# Chest is never sore



## soxmuscle (Sep 14, 2006)

I've tried changing excercises, sets, rep ranges, everything.  My chest is never sore, and while I've got stronger of late, I think its more due to about 3-5 pound increase since I've gotten to school.

Is there a reason why my chest is never sore yet my legs and back are cooked after everyworkout?


----------



## Phred (Sep 14, 2006)

soxmuscle said:


> I've tried changing excercises, sets, rep ranges, everything.  My chest is never sore, and while I've got stronger of late, I think its more due to about 3-5 pound increase since I've gotten to school.
> 
> Is there a reason why my chest is never sore yet my legs and back are cooked after everyworkout?
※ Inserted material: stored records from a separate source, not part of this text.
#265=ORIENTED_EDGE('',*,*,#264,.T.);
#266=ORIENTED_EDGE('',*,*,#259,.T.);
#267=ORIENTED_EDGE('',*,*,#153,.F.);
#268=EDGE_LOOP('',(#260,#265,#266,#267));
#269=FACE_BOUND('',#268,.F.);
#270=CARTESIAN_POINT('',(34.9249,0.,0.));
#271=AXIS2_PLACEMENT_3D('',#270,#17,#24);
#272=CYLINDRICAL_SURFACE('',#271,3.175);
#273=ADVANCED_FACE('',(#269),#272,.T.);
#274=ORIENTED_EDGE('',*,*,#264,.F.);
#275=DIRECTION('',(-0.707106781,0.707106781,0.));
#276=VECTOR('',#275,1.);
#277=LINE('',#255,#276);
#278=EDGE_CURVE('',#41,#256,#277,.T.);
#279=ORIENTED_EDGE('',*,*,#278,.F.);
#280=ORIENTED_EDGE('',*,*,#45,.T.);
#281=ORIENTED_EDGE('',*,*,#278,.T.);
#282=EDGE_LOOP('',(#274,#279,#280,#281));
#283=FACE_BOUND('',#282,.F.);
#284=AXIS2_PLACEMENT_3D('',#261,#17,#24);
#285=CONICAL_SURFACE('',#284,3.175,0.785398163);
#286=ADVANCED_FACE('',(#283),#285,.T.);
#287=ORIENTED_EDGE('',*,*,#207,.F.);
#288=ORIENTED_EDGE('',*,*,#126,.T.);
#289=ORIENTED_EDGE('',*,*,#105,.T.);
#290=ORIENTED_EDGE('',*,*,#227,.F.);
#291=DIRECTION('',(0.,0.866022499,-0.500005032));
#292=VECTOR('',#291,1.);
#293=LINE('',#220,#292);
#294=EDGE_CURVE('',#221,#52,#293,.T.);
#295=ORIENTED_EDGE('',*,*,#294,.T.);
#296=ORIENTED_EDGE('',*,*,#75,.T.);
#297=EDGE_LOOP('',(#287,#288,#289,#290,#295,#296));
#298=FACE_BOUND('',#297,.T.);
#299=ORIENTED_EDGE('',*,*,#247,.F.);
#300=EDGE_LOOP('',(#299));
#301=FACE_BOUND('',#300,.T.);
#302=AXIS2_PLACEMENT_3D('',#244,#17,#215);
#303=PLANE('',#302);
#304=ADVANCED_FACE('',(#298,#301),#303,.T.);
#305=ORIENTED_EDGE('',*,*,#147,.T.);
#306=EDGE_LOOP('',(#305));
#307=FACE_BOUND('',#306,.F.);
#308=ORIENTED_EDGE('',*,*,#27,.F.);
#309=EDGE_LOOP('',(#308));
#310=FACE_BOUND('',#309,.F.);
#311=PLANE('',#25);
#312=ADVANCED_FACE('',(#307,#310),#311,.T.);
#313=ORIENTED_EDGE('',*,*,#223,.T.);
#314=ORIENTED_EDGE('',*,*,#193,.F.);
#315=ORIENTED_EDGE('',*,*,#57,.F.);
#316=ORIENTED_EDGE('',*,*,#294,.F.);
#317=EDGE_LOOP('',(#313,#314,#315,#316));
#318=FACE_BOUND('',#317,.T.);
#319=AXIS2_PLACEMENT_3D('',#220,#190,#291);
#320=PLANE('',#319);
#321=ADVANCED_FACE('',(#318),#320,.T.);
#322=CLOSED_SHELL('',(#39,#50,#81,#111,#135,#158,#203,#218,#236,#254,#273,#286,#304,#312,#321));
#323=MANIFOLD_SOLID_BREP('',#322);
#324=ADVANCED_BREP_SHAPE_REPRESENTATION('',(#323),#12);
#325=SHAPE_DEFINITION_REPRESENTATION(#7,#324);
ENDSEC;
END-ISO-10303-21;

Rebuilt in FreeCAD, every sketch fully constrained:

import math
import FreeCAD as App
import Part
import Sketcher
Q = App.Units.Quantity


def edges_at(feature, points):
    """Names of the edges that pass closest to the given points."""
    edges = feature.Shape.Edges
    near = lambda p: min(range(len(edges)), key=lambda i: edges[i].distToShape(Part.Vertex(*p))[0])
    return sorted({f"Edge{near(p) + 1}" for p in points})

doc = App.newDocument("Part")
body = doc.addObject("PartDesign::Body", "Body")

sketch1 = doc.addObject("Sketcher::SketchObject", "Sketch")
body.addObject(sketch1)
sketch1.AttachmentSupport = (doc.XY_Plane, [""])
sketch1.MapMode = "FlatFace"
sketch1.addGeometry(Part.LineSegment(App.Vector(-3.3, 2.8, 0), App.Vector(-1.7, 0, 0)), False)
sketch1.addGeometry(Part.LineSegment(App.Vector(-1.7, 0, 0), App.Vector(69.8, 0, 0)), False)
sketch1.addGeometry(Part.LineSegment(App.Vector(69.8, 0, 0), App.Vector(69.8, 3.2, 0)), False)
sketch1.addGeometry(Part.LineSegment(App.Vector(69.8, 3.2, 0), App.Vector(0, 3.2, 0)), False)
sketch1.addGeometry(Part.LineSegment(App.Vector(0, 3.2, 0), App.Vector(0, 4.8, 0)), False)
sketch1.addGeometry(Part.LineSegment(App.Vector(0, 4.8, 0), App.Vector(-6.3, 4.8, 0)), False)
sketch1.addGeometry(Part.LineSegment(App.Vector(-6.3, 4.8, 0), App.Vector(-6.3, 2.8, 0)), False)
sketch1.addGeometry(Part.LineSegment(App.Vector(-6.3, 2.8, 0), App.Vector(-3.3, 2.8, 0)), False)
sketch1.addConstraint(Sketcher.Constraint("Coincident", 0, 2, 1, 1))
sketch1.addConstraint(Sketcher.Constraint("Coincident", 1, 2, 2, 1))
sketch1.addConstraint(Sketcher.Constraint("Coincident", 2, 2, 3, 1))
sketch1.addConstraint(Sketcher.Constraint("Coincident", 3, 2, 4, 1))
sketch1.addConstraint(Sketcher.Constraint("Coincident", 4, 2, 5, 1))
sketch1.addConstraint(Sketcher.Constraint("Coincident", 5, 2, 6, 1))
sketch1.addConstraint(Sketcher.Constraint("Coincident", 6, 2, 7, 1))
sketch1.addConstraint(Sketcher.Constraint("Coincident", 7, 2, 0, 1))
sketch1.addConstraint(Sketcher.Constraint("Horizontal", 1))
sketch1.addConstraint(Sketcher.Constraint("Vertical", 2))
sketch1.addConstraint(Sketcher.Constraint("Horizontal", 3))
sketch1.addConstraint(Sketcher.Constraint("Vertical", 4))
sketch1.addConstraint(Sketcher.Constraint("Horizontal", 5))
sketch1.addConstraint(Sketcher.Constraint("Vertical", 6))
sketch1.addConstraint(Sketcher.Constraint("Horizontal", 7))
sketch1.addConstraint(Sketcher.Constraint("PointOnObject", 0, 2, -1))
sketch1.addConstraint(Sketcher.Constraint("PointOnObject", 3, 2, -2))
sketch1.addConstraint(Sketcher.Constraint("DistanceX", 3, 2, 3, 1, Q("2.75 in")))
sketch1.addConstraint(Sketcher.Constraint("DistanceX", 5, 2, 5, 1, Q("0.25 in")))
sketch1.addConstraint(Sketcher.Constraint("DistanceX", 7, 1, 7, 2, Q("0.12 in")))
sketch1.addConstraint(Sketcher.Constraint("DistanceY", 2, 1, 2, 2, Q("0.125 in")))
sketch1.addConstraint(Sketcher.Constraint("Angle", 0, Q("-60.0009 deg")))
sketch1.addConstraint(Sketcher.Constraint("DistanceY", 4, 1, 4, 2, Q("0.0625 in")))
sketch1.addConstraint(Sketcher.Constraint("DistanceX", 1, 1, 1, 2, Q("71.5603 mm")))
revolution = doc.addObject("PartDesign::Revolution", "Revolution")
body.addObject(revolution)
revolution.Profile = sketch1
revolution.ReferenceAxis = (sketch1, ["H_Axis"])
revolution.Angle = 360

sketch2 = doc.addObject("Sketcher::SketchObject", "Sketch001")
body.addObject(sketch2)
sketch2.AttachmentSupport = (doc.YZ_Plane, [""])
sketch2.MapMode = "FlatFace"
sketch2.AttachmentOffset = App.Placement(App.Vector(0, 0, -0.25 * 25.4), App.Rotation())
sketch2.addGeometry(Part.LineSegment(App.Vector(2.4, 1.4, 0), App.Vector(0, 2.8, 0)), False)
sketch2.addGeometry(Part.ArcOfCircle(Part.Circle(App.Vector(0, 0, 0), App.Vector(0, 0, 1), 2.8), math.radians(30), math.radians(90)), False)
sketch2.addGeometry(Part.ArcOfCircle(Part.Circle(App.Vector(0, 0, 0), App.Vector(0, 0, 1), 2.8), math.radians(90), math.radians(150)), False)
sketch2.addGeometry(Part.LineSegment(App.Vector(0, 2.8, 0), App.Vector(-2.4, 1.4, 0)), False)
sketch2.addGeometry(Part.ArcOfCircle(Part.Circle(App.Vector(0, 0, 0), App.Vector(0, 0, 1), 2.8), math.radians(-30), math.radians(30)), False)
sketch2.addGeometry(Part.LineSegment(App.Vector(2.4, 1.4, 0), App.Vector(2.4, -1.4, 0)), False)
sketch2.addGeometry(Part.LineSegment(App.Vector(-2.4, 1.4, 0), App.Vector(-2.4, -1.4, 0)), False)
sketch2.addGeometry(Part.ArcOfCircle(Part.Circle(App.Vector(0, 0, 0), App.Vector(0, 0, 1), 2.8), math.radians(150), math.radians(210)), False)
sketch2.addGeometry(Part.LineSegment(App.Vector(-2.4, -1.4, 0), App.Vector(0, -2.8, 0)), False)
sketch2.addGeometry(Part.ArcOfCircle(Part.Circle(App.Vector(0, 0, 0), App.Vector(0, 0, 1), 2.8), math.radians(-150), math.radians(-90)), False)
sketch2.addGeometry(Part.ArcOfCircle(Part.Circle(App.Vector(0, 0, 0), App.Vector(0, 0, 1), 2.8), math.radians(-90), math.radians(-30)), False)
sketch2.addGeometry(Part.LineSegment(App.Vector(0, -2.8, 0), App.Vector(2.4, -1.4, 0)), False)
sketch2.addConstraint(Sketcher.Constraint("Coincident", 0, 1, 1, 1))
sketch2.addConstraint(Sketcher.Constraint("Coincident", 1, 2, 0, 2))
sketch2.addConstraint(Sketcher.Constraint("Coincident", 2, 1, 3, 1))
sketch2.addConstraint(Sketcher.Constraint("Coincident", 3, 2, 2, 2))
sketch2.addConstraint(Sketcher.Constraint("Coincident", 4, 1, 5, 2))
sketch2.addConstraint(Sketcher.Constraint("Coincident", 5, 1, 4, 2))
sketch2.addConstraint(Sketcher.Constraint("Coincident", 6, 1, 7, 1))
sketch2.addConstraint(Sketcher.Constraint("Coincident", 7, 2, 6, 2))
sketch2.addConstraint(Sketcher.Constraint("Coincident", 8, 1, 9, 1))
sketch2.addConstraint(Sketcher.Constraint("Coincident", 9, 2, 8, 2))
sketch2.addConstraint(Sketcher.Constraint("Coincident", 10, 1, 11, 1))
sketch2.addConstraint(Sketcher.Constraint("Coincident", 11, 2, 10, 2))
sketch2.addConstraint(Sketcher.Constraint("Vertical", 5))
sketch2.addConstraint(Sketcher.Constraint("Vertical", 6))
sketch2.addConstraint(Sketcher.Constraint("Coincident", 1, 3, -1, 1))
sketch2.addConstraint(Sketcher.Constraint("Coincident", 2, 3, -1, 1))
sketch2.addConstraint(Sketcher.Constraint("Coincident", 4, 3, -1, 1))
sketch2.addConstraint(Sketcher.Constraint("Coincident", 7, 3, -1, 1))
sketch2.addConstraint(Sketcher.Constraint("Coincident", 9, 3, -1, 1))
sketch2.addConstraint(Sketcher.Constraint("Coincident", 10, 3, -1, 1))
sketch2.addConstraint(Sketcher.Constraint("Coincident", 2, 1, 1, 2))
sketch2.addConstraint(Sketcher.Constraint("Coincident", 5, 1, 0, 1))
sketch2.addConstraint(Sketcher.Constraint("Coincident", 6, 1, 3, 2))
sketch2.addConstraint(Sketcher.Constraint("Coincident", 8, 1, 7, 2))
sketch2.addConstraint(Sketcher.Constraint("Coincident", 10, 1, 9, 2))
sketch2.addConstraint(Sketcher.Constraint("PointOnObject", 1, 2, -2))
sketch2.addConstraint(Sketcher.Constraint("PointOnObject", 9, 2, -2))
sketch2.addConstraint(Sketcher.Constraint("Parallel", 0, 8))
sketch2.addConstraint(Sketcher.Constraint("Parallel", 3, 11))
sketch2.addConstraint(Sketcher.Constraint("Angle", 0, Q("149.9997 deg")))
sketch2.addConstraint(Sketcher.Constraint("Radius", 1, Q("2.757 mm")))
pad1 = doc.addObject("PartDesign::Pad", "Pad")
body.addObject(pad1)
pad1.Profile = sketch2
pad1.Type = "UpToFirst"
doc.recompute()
I do not know, but my delts are never sore.  My traps get sore and my back as well as most of my muscles at one time or another during the week.  What does your chest routine look like?


----------



## P-funk (Sep 14, 2006)

who knows.  don't worry about it though.  measure your workouts on performance, not sorness.


----------



## vinceforheismen (Sep 14, 2006)

i had the same problem but then i took 2 weeks off and now i get soar after every exercise


----------



## AKIRA (Sep 14, 2006)

Hmm, I always got sore on my chest, my back was the hardest one to get sore.  Oh and biceps?  Forget about them, I always got the brachialias (sp?) around my elbow sore, but hardly the actual biceps.

Hey P-Funk, if not being sore is NOT an indicator of growth or hypertrophy, would you say feeling sore is?

Not being sore doesnt mean you didnt put up a good battle in the gym, but if you do get sore, then you still got the job done, right?  (Looking both ways)


----------



## kenwood (Sep 14, 2006)

try dumbbell presses- decline/incline or try incline cable fly's(slow)


----------



## GFR (Sep 14, 2006)

kenwood said:


> try dumbbell presses- decline/incline or try incline cable fly's(slow)




Read more and post less son.


----------



## P-funk (Sep 14, 2006)

AKIRA said:


> Hmm, I always got sore on my chest, my back was the hardest one to get sore.  Oh and biceps?  Forget about them, I always got the brachialias (sp?) around my elbow sore, but hardly the actual biceps.
> 
> Hey P-Funk, if not being sore is NOT an indicator of growth or hypertrophy, would you say feeling sore is?
> 
> Not being sore doesnt mean you didnt put up a good battle in the gym, but if you do get sore, then you still got the job done, right?  (Looking both ways)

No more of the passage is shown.